For an open floor plan, I recommend looking at the vented FV15 or FV15HP. Yes, they are big.


----------



## Snoop (Dec 29, 2011)

I listen to more music than movies, so I want the sealed version. For movies, I'm more interested in good music than explosions.


----------



## tesseract (Aug 9, 2010)

I do prefer sealed over ported myself, overall, but my preference does depend highly upon the application.

Sealed subs depend upon room gain (pressure vessel) for low frequency extension, the type of gain that sealed rooms provide.

Ported subs create their own gain with port tuning and lend themselves well to large, open floor plan rooms.

I use a pair of sealed subs in my small open floor plan room, with extension to 16 Hz. This is not typical, but it can be done. I am thinking seriously about switching to a ported design using the same drivers, which will give me around 9 dB more output @ 20 Hz outdoors, ground plane. I could also realize more output down low by adding another pair of sealed subs, which is more of a hassle. 

I am 99% music with the occasional movie. Then again, I am a bit of a bass nut. :dumbcrazy:

A friend brought his single sealed Rythmik DIY F15 to my home. My opinion is that it is a really nice sub, clean with no overhang. But four of them are needed to pressurize a medium to large size room properly.

In short, it would take four sealed subs to do the same job as two ported in an open floor plan room.


----------



## jackfish (Dec 27, 2006)

jackfish said:


> Two F12s will be more than enough for that room.

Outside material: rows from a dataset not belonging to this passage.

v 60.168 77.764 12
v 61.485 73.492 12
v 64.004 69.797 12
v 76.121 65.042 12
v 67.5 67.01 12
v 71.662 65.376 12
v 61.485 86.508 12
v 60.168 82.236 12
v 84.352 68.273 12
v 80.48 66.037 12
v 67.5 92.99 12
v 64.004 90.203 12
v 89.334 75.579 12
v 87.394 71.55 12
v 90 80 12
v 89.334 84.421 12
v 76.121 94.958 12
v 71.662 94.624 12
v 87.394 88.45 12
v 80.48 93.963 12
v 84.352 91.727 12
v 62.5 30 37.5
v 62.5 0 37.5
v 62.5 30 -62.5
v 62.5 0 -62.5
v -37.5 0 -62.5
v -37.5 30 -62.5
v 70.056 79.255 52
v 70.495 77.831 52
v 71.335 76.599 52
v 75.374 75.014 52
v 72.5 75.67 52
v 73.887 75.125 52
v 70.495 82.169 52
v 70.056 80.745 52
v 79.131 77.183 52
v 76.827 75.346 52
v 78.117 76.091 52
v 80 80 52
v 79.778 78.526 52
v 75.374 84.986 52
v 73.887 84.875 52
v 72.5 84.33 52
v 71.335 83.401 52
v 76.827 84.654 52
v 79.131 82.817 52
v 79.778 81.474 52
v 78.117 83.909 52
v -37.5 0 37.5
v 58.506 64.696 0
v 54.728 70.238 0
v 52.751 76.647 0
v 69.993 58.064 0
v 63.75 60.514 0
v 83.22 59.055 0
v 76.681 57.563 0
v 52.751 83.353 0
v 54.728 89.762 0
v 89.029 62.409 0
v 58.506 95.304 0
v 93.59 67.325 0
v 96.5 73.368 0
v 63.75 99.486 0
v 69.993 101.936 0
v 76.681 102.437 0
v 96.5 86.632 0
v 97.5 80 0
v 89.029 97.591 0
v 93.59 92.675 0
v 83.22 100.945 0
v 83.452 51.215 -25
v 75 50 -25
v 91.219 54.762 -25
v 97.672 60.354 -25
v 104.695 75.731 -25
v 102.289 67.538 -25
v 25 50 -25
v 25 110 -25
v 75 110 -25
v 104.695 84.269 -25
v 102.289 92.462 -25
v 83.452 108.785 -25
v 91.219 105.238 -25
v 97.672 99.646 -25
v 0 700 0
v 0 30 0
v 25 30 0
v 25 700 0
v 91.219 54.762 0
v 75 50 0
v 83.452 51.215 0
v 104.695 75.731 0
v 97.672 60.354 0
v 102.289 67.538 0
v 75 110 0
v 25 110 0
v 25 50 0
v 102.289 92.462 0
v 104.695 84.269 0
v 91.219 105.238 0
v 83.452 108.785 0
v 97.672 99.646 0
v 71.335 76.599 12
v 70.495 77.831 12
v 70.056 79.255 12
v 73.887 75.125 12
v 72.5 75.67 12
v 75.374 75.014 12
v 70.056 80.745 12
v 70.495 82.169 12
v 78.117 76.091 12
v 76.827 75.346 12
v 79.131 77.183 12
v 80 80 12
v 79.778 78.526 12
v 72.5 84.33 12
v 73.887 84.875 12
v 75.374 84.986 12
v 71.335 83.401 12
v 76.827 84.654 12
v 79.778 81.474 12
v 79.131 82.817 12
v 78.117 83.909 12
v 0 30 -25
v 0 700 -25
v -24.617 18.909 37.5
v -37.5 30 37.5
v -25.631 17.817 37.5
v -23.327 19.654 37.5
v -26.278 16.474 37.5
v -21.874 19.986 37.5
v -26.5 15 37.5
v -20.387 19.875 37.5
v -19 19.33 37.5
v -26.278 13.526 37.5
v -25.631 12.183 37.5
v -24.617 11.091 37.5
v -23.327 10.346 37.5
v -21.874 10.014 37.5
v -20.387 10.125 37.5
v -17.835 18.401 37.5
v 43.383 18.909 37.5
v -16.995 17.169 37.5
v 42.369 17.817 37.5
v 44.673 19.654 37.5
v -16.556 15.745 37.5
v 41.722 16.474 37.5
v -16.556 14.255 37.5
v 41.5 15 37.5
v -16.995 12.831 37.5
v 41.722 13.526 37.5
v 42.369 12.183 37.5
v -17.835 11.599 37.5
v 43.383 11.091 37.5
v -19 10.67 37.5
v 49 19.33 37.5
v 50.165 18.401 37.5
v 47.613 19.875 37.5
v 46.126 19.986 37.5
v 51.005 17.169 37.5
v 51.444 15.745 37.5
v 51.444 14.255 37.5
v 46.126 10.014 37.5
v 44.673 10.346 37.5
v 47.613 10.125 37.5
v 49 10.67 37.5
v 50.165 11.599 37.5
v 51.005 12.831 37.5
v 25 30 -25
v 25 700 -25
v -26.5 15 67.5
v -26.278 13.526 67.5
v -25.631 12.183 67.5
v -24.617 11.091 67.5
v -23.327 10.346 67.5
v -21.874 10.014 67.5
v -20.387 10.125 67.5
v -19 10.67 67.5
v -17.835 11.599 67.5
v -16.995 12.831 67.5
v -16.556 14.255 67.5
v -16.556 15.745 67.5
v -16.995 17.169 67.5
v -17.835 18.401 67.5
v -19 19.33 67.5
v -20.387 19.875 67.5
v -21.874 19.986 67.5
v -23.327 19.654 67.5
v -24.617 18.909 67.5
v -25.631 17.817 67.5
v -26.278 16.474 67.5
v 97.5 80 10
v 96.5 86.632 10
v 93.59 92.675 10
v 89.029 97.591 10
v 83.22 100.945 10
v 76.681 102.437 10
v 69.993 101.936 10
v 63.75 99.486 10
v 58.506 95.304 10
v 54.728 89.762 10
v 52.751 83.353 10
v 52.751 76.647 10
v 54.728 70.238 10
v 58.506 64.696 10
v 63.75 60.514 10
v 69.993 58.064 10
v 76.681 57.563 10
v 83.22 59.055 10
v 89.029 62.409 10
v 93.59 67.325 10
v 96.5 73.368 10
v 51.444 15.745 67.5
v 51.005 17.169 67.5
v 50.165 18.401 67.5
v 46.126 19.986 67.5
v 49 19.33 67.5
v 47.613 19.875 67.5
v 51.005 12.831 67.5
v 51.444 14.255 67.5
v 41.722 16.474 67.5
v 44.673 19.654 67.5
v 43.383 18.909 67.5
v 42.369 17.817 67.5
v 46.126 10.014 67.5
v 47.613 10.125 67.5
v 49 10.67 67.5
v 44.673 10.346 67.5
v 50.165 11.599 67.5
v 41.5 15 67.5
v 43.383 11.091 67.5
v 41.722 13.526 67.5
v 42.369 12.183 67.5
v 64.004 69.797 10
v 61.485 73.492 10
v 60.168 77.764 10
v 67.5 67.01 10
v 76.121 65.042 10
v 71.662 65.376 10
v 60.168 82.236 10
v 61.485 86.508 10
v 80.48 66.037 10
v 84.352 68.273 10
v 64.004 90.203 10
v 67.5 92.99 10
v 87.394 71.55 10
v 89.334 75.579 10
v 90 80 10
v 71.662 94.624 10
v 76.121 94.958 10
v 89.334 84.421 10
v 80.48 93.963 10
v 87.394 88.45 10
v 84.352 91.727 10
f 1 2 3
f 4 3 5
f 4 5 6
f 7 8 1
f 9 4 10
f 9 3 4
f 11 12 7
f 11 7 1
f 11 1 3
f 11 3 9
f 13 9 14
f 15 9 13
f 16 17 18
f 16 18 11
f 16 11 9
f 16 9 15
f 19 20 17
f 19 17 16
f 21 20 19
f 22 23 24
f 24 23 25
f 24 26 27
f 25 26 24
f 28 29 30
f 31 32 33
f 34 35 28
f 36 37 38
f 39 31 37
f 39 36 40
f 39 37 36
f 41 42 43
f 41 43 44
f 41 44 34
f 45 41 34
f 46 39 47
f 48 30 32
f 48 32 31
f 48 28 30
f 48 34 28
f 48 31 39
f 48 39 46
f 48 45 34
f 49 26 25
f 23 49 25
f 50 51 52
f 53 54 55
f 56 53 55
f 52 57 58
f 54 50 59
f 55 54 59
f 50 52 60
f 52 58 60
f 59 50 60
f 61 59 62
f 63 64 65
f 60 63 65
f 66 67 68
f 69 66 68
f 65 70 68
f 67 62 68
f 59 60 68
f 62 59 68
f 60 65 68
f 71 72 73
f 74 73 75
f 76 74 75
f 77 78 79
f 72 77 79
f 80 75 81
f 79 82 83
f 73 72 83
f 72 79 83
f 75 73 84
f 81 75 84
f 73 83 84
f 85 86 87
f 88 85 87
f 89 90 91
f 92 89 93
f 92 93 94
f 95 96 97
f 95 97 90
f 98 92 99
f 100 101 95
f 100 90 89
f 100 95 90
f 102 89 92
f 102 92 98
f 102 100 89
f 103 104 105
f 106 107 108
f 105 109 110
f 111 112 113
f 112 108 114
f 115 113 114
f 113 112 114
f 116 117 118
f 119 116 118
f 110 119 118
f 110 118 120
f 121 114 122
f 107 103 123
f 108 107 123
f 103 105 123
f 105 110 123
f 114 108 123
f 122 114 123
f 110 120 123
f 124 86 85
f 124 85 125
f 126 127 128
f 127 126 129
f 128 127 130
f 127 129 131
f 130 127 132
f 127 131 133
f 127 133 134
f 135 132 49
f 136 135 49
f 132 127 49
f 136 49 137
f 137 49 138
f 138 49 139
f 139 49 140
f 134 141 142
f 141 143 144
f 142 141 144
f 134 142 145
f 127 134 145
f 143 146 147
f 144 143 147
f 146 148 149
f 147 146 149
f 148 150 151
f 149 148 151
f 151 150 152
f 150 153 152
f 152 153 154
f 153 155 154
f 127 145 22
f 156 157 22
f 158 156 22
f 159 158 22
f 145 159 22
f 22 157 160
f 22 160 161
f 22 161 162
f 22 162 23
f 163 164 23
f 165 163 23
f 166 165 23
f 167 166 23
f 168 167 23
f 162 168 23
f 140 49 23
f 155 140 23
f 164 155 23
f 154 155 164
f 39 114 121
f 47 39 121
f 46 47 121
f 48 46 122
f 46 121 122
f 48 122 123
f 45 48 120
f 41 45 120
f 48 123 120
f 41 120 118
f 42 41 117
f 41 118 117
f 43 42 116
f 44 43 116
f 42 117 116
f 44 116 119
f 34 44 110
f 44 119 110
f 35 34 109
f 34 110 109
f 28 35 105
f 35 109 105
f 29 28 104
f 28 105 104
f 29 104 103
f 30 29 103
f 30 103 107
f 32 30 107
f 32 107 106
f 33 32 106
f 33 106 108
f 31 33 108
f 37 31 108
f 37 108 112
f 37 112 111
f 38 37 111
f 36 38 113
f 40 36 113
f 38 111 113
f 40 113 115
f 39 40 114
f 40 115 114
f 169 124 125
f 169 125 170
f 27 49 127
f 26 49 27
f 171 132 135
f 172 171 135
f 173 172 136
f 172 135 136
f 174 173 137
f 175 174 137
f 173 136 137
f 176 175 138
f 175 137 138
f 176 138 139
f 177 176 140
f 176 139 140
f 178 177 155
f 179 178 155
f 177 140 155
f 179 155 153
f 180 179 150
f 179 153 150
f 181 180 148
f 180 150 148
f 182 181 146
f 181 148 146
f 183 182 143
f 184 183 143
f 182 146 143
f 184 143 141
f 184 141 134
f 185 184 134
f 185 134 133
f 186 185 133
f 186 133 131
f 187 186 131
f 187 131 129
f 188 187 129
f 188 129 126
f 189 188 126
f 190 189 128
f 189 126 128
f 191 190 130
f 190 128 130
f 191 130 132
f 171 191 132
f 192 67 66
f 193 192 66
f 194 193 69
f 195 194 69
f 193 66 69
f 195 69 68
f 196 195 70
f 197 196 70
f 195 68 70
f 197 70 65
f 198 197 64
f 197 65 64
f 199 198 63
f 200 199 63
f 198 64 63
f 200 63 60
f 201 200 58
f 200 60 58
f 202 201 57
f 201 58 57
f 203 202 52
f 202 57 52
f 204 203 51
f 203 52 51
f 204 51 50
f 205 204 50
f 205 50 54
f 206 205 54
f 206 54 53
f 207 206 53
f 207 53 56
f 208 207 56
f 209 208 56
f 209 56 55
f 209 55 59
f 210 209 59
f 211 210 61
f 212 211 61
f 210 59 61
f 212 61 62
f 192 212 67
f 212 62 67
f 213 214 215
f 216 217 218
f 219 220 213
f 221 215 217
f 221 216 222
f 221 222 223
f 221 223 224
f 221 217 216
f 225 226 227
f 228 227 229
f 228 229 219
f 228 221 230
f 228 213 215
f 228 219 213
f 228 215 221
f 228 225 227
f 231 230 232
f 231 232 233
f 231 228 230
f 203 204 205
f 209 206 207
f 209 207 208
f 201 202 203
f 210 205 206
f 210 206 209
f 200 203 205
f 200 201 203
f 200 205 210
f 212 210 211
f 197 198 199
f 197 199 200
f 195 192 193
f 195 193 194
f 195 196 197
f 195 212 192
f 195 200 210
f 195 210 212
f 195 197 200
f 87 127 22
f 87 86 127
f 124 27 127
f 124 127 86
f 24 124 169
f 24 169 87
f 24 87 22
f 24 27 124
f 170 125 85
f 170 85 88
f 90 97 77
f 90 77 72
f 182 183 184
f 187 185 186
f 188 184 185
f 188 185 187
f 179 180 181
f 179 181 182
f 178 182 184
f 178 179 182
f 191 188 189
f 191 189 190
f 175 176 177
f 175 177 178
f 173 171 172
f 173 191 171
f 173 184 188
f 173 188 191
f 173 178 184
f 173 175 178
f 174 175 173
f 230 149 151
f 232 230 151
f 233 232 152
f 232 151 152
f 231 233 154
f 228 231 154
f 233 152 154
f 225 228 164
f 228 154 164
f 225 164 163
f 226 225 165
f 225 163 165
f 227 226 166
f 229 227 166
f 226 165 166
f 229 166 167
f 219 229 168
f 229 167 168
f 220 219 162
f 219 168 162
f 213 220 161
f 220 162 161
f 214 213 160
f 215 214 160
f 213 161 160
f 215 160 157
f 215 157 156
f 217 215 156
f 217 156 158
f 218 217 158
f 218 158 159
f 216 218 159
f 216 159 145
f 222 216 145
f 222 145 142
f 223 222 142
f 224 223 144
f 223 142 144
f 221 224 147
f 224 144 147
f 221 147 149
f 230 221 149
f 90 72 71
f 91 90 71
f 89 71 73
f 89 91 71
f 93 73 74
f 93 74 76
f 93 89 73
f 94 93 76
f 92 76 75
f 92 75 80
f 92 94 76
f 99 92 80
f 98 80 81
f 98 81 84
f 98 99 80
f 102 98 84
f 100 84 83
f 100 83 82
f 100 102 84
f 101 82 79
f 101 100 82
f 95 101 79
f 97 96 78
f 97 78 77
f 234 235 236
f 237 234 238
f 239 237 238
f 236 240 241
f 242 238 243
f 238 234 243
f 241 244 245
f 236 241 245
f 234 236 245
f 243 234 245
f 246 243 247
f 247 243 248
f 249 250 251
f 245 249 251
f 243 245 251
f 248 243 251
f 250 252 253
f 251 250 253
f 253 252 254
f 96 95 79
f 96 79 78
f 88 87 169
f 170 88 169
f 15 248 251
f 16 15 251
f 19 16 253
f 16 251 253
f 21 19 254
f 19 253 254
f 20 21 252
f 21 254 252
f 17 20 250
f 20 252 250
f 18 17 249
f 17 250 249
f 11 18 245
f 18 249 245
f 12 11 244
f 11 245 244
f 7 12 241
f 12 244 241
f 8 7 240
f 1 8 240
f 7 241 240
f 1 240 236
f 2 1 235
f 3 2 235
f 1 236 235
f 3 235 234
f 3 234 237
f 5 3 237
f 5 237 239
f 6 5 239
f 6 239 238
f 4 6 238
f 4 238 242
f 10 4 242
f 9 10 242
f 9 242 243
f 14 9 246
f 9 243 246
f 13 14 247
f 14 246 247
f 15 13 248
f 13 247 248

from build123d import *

# Parameters (mm, degrees)
SKETCH_1_W      = 25
SKETCH_1_H      = 25
EXTRUDE_1_DEPTH = 700
EXTRUDE_2_DEPTH = 25
SKETCH_3_R      = 22.5
EXTRUDE_3_DEPTH = 10
SKETCH_4_R      = 15
EXTRUDE_4_DEPTH = 2
SKETCH_6_R      = 5
EXTRUDE_5_DEPTH = 40
SKETCH_7_W      = 100
SKETCH_7_H      = 100
EXTRUDE_6_DEPTH = 30
SKETCH_9_R      = 5
EXTRUDE_7_DEPTH = 30


with BuildPart() as part:
    # 草图1 → 凸台-拉伸1 (new body)
    with BuildSketch(Plane(origin=(0, 0, 0), x_dir=(1, 0, 0), z_dir=(0, 1, 0))):
        with Locations((12.5, 12.5)):
            Rectangle(SKETCH_1_W, SKETCH_1_H)
    extrude(amount=EXTRUDE_1_DEPTH)

    # 草图7 → 凸台-拉伸6 (add)
    with BuildSketch(Plane(origin=(0, 0, 0), x_dir=(1, 0, 0), z_dir=(0, 1, 0))):
        with Locations((12.5, 12.5)):
            Rectangle(SKETCH_7_W, SKETCH_7_H)
    extrude(amount=EXTRUDE_6_DEPTH)

    # 草图9 → 凸台-拉伸7 (add)
    with BuildSketch(Plane.XY.offset(37.5)):
        with Locations(Location((-21.5, 15, 0), (0, 0, 180))):
            Circle(SKETCH_9_R)
        with Locations(Location((46.5, 15, 0), (0, 0, 180))):
            Circle(SKETCH_9_R)
    extrude(amount=EXTRUDE_7_DEPTH)


with BuildPart() as body_2:
    # 草图2 → 凸台-拉伸2 (new body)
    with BuildSketch(Plane.XY):
        with BuildLine():
            Line((75, 110), (25, 110))
            Line((25, 110), (25, 50))
            Line((25, 50), (75, 50))
            ThreePointArc((75, 50), (105, 80), (75, 110))
        make_face()
    extrude(amount=-EXTRUDE_2_DEPTH)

Two F12s will be more than enough for that room.

Sorry, I said that already.


----------



## tesseract (Aug 9, 2010)

jackfish said:


> Two F12s will be more than enough for that room.
> 
> Sorry, I said that already.


Sorry, but they may or may not be enough. I'd say two F15's minimum. Also, we need to take into account the mains.

Snoop, I should have asked this earlier, what are your mains?


----------



## Snoop (Dec 29, 2011)

I have Ascend Sierra-1 L/R/C, CBM-170SE Rears. 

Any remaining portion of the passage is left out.